Samuel and Tamar Kaswan moved to Milwaukee with their three young sons in September. But while they have been settling into their new home in Bayside, they have grown increasingly alarmed about conditions facing their parents, other family members and friends in their native Caracas, Venezuela.
In an increasingly anti-Semitic and unstable political and economic climate, attacks on Jews there are escalating. On Shabbat two weeks ago, in one of the worst manifestations of this trend, a group of some 15 “heavily armed men” broke into the Tiferet Israel Sephardic synagogue in Caracas.
During a five hour raid, Torah scrolls were damaged, prayer books ripped apart and anti-Semitic graffiti like “death to all” and “Jews get out” were sprayed on the walls.
Computers with the private data, names, addresses and financial information of Venezuelan Jews were also seized. [See article in last week’s Chronicle.]
Political and economic stability have been in decline since President Hugo Chavez was elected in 1998, and anti-Semitism has been on the upswing. These conditions have caused the Jewish community to leave the country in large numbers in the last decade.
Though the exact extent of this exodus varies by report, Kaswan said he thought Venezuelan Jewry numbered about 20,000 when he was growing up and some reports say it may be half of that now.
Of his six closest friends, he said, four now live in Miami, one in Canada and only one remains in Caracas.
He is naturally worried about the safety of his parents and confers with his siblings, reads Venezuelan news sources online and speaks with friends in Miami continuously, he said.
His brother, a physician in Boston, helped to organize a rally outside the Venezuelan Consulate in New York.
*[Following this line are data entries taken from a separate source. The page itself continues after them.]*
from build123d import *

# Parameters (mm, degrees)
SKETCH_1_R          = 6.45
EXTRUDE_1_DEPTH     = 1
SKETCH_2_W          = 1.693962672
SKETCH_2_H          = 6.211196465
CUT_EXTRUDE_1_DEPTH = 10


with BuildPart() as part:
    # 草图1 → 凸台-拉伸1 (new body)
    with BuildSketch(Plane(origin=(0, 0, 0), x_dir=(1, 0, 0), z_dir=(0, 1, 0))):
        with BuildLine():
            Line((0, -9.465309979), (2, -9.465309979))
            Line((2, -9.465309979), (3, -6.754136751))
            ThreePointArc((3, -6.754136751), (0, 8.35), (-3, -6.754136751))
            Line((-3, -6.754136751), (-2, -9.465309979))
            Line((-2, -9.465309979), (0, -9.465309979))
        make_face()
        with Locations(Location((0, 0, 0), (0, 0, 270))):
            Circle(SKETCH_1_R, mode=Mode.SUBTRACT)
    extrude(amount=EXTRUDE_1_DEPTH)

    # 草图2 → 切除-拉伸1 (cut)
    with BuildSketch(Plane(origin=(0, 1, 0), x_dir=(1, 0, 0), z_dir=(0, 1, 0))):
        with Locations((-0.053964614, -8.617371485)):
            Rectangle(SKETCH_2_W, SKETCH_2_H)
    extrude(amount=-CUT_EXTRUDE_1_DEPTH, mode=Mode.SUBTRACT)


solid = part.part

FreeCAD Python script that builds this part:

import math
import FreeCAD as App
import Part
import Sketcher
Q = App.Units.Quantity

doc = App.newDocument("Part")
body = doc.addObject("PartDesign::Body", "Body")

# Sketch on XZ plane
sketch1 = body.newObject("Sketcher::SketchObject", "Sketch")
sketch1.AttachmentSupport = (doc.getObject("XZ_Plane"), [""])
sketch1.MapMode = "FlatFace"
sketch1.addGeometry(Part.LineSegment(App.Vector(2, 9.46531, 0), App.Vector(3, 6.754137, 0)), False)
sketch1.addGeometry(Part.ArcOfCircle(Part.Circle(App.Vector(0, -0.5, 0), App.Vector(0, 0, 1), 7.85), math.radians(112.46789), math.radians(427.53211)), False)
sketch1.addGeometry(Part.LineSegment(App.Vector(-3, 6.754137, 0), App.Vector(-2, 9.46531, 0)), False)
sketch1.addGeometry(Part.LineSegment(App.Vector(-2, 9.46531, 0), App.Vector(2, 9.46531, 0)), False)
sketch1.addGeometry(Part.Circle(App.Vector(0, 0, 0), App.Vector(0, 0, 1), 6.45), False)
sketch1.addConstraint(Sketcher.Constraint("Coincident", 0, 2, 1, 2))
sketch1.addConstraint(Sketcher.Constraint("Coincident", 1, 1, 2, 1))
sketch1.addConstraint(Sketcher.Constraint("Coincident", 2, 2, 3, 1))
sketch1.addConstraint(Sketcher.Constraint("Coincident", 3, 2, 0, 1))
sketch1.addConstraint(Sketcher.Constraint("Horizontal", 3))
sketch1.addConstraint(Sketcher.Constraint("Coincident", 4, 3, -1, 1))
sketch1.addConstraint(Sketcher.Constraint("Symmetric", 0, 2, 1, 1, -2))
sketch1.addConstraint(Sketcher.Constraint("Equal", 0, 2))
sketch1.addConstraint(Sketcher.Constraint("Diameter", 4, Q("12.9 mm")))
sketch1.addConstraint(Sketcher.Constraint("DistanceX", 3, 1, 3, 2, Q("4 mm")))
sketch1.addConstraint(Sketcher.Constraint("Radius", 1, Q("7.85 mm")))
sketch1.addConstraint(Sketcher.Constraint("DistanceX", -1, 1, 0, 2, Q("3 mm")))
sketch1.addConstraint(Sketcher.Constraint("DistanceY", 1, 3, -1, 1, Q("0.5 mm")))
sketch1.addConstraint(Sketcher.Constraint("DistanceY", -1, 1, 2, 2, Q("9.46531 mm")))
pad1 = body.newObject("PartDesign::Pad", "Pad")
pad1.Profile = sketch1
pad1.Length = 1
pad1.Reversed = True

# Sketch on XZ plane
sketch2 = body.newObject("Sketcher::SketchObject", "Sketch001")
sketch2.AttachmentSupport = (doc.getObject("XZ_Plane"), [""])
sketch2.MapMode = "FlatFace"
sketch2.AttachmentOffset = App.Placement(App.Vector(0, 0, -1), App.Rotation())
sketch2.addGeometry(Part.LineSegment(App.Vector(-0.900946, 5.511773, 0), App.Vector(-0.900946, 11.72297, 0)), False)
sketch2.addGeometry(Part.LineSegment(App.Vector(-0.900946, 11.72297, 0), App.Vector(0.793017, 11.72297, 0)), False)
sketch2.addGeometry(Part.LineSegment(App.Vector(0.793017, 11.72297, 0), App.Vector(0.793017, 5.511773, 0)), False)
sketch2.addGeometry(Part.LineSegment(App.Vector(0.793017, 5.511773, 0), App.Vector(-0.900946, 5.511773, 0)), False)
sketch2.addConstraint(Sketcher.Constraint("Coincident", 0, 2, 1, 1))
sketch2.addConstraint(Sketcher.Constraint("Coincident", 1, 2, 2, 1))
sketch2.addConstraint(Sketcher.Constraint("Coincident", 2, 2, 3, 1))
sketch2.addConstraint(Sketcher.Constraint("Coincident", 3, 2, 0, 1))
sketch2.addConstraint(Sketcher.Constraint("Vertical", 0))
sketch2.addConstraint(Sketcher.Constraint("Horizontal", 1))
sketch2.addConstraint(Sketcher.Constraint("Vertical", 2))
sketch2.addConstraint(Sketcher.Constraint("Horizontal", 3))
sketch2.addConstraint(Sketcher.Constraint("DistanceX", 1, 1, 1, 2, Q("1.693963 mm")))
sketch2.addConstraint(Sketcher.Constraint("DistanceY", 0, 1, 0, 2, Q("6.211196 mm")))
sketch2.addConstraint(Sketcher.Constraint("DistanceY", -1, 1, 0, 2, Q("11.72297 mm")))
sketch2.addConstraint(Sketcher.Constraint("DistanceX", 0, 2, -1, 1, Q("0.900946 mm")))
pocket1 = body.newObject("PartDesign::Pocket", "Pocket")
pocket1.Profile = sketch2
pocket1.Length = 10
pocket1.Reversed = True

doc.recompute()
But Kaswan doesn’t have much faith that his parents will join their children in the U.S. “They don’t really want to leave.”
Kaswan, 42, said he was aware of isolated anti-Semitic incidents in Caracas during the years he was growing up there. But he remembers his childhood and youth as happy and secure. Being Jewish in Caracas placed him in “a little world,” he said.
“Venezuela was a very welcoming place for Jews and a land of opportunity” for many, many years, Kaswan said. “Until the 1970s, if you worked hard you could do well there.
“There were always good relations with the government and the other faiths. There was an interfaith organization and my rabbi [at the traditional Union Israelita de Caracas] was its president for a long time,” he said.
But the world of Kaswan’s childhood “has vanished now, and [that’s true] not only for Jewish people,” he said.
What the Jewish community needs now, Kaswan said, is for Americans to “put pressure on the Venezuelan government to protect Venezuelan Jews. The Jewish communities in the U.K. and Israel are doing that.”
The middle of three children, Kaswan attended the only Jewish high school in the heart of Caracas’ Jewish community, the Hebraica Jewish Community Center. He earned his undergraduate degree in Caracas and married Tamar, five years his junior, an architect who was raised in the same community and graduated from the same high school.
Though his siblings both live in the United States — his sister lives in Palo Alto, Calif. — they did not grow up thinking they would leave Venezuela. They came to the U.S. for higher education with the intent of returning.
Kaswan earned a Master of Business Administration at the Massachusetts Institute of Technology and returned to Caracas, where he worked for an American consulting company. A project brought him to Monterrey, Mexico, where his client, a Mexican cement company, offered him a position. The couple moved there in 2001.
When Kaswan was offered his job at Johnson Controls, he told the company’s representatives that he would also need to look into Jewish life and community here.
Luckily for Kaswan’s prospective employer, a Johnson Controls representative involved in recruiting him lived in Bayside and had Jewish neighbors, Robin and Steven Arenzon, whom he enlisted to help.
“[The Arenzons] helped us by showing us the community, bringing us to [the Milwaukee Jewish Day School] and hosted an open house so that we would meet our neighbors and friends of the community,” Kaswan told The Chronicle in an interview at the Starbucks in Audubon Court last Friday.
Reassured that they had found a place with a strong Jewish community, Kaswan took the position as corporate director of learning and development at Johnson Controls. And living in Bayside since September, the couple and their three sons, Joel, 9, Alex, 6, and Ariel, 2, are enjoying life in their new city.
They like the “warmth of the people, especially the Jewish community, our kids’ school, our new-found friends and neighbors, having so many things to do, beautiful surroundings,” Kaswan said.
They also enjoy the ease of getting around, while “at the same time being close to a big city like Chicago.”
As for the weather — they are getting used to it, he said.